The Agents SDK is a construction kit for AI workers. Instead of building an entire factory from raw materials, you get pre-made components: workers (agents) that know their job, a dispatch system (handoffs) that routes tasks to the right worker, a security team (guardrails) that checks everything, and cameras (tracing) that record what happens for debugging.

Explain Like I'm 10

Imagine a team of robot helpers. One knows about math, one about cooking, one about cleaning. The Agents SDK is the instruction manual that tells them how to work together. When someone asks about food, the team captain says "that's a job for the cooking robot!" and hands it over. If the cooking robot needs ingredients, it asks the shopping robot. They all work as a team!

agent_workflow_builder.py

Click each step to trace through a multi-agent workflow — from triage to specialized agent to final response.

Select a scenario and click "Run" to trace the agent workflow…
🔗

LangChain, LangGraph & LlamaIndex

The broader orchestration ecosystem — chains, graphs, and retrieval

LangChain was created by Harrison Chase in October 2022, less than a month before ChatGPT launched. It became the first widely-adopted framework for building LLM applications, introducing the concept of "chains" — composable sequences of LLM calls, tool uses, and data transformations. LangGraph (2024) extended this with a graph-based execution model for cyclic, stateful workflows — essential for agents that loop and branch. LlamaIndex by Jerry Liu (originally GPT Index, 2022) focused specifically on connecting LLMs to data — the definitive framework for RAG systems.

LangChain: Best for linear and branching workflows. Its LCEL (LangChain Expression Language) provides clean syntax for composing retrieval, prompting, and output parsing. Strong for RAG pipelines, extraction chains, and structured output workflows.

LangGraph: The agent-building layer. Uses directed graphs with nodes (functions) and edges (routing logic). Supports cycles (agent loops), persistence (state checkpoints), and human-in-the-loop patterns. Ideal for multi-step agents that need to iterate.
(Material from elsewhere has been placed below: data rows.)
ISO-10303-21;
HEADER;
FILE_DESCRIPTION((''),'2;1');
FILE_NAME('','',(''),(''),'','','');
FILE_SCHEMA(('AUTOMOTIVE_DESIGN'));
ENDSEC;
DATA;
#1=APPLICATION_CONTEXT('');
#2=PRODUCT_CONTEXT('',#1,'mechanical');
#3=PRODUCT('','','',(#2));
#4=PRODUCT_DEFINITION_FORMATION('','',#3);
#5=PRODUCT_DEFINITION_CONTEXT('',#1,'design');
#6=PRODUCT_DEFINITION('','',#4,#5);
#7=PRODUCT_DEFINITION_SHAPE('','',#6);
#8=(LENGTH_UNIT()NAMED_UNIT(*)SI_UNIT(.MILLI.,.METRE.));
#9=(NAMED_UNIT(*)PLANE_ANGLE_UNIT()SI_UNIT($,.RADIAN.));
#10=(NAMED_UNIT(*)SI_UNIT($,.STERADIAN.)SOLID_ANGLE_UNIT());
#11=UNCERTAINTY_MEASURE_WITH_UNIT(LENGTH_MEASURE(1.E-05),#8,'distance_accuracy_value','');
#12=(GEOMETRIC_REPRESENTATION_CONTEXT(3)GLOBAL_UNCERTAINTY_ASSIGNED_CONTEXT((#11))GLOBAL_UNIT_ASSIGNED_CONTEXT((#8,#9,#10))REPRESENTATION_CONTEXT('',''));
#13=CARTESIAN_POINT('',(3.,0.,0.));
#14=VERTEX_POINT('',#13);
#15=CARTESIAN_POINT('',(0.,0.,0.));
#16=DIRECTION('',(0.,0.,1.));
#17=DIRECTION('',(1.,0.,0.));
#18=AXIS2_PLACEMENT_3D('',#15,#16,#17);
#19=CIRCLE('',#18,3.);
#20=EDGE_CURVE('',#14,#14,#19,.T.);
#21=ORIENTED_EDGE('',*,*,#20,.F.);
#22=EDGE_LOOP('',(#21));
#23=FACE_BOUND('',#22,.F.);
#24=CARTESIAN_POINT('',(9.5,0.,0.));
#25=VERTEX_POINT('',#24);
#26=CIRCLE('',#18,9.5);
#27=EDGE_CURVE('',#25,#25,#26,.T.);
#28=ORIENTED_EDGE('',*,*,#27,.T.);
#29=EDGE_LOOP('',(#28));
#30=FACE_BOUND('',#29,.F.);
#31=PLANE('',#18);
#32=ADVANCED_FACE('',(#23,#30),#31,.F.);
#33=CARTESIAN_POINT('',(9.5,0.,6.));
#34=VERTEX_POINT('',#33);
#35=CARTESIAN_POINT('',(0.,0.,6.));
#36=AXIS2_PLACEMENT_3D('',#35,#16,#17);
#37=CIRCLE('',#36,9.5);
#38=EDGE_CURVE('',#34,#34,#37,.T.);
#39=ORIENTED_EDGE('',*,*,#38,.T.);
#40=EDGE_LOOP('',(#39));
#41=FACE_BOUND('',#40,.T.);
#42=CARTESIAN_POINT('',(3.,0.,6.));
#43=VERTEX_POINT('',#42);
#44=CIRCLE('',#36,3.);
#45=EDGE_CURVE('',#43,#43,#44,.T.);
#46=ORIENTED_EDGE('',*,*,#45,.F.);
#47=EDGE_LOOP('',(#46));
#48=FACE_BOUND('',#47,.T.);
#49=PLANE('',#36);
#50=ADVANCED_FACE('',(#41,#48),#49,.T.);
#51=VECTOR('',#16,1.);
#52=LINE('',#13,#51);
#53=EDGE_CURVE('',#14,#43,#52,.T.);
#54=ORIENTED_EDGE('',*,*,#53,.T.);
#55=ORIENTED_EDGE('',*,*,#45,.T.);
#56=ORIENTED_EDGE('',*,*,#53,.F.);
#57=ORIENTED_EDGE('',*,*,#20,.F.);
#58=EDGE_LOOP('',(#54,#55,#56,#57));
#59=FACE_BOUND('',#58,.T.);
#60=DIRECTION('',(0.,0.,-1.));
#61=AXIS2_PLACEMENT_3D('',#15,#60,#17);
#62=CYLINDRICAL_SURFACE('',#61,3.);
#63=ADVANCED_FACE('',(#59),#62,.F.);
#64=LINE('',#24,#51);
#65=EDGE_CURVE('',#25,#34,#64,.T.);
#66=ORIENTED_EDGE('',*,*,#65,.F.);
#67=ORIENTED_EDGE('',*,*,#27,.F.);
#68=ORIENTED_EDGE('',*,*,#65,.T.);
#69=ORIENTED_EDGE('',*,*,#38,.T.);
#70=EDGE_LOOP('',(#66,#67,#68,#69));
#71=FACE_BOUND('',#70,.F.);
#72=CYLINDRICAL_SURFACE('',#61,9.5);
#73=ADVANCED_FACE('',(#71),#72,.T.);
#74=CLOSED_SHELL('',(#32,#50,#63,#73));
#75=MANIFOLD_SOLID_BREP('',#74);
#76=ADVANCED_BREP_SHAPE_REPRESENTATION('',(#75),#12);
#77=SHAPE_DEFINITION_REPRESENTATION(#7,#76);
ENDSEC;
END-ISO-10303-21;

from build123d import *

# Parameters (mm, degrees)
SKETCH_R   = 9.5
SKETCH_R_2 = 3
PAD_DEPTH  = 6


with BuildPart() as part:
    # Sketch → Pad (new body)
    with BuildSketch(Plane.XY):
        Circle(SKETCH_R)
        Circle(SKETCH_R_2, mode=Mode.SUBTRACT)
    extrude(amount=PAD_DEPTH)


solid = part.part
LlamaIndex: The data framework. Best-in-class for ingesting documents from 160+ sources, chunking, indexing, and retrieving. If your application is primarily about connecting an LLM to data, LlamaIndex is often the fastest path.

Layman's Terms

LangChain is like a recipe cookbook — it gives you step-by-step instructions for combining AI ingredients. LangGraph is a flow chart builder — when decisions need to loop back or branch, it handles the complexity. LlamaIndex is a librarian — it's the best at organizing and finding information in your documents so the AI can use it.

Explain Like I'm 10

LangChain is like train tracks — it moves your AI from station to station in order. LangGraph is like a choose-your-own-adventure book — the AI can go different directions and even loop back. LlamaIndex is like a super-organized binder with tabs — it helps the AI find the exact page of information it needs!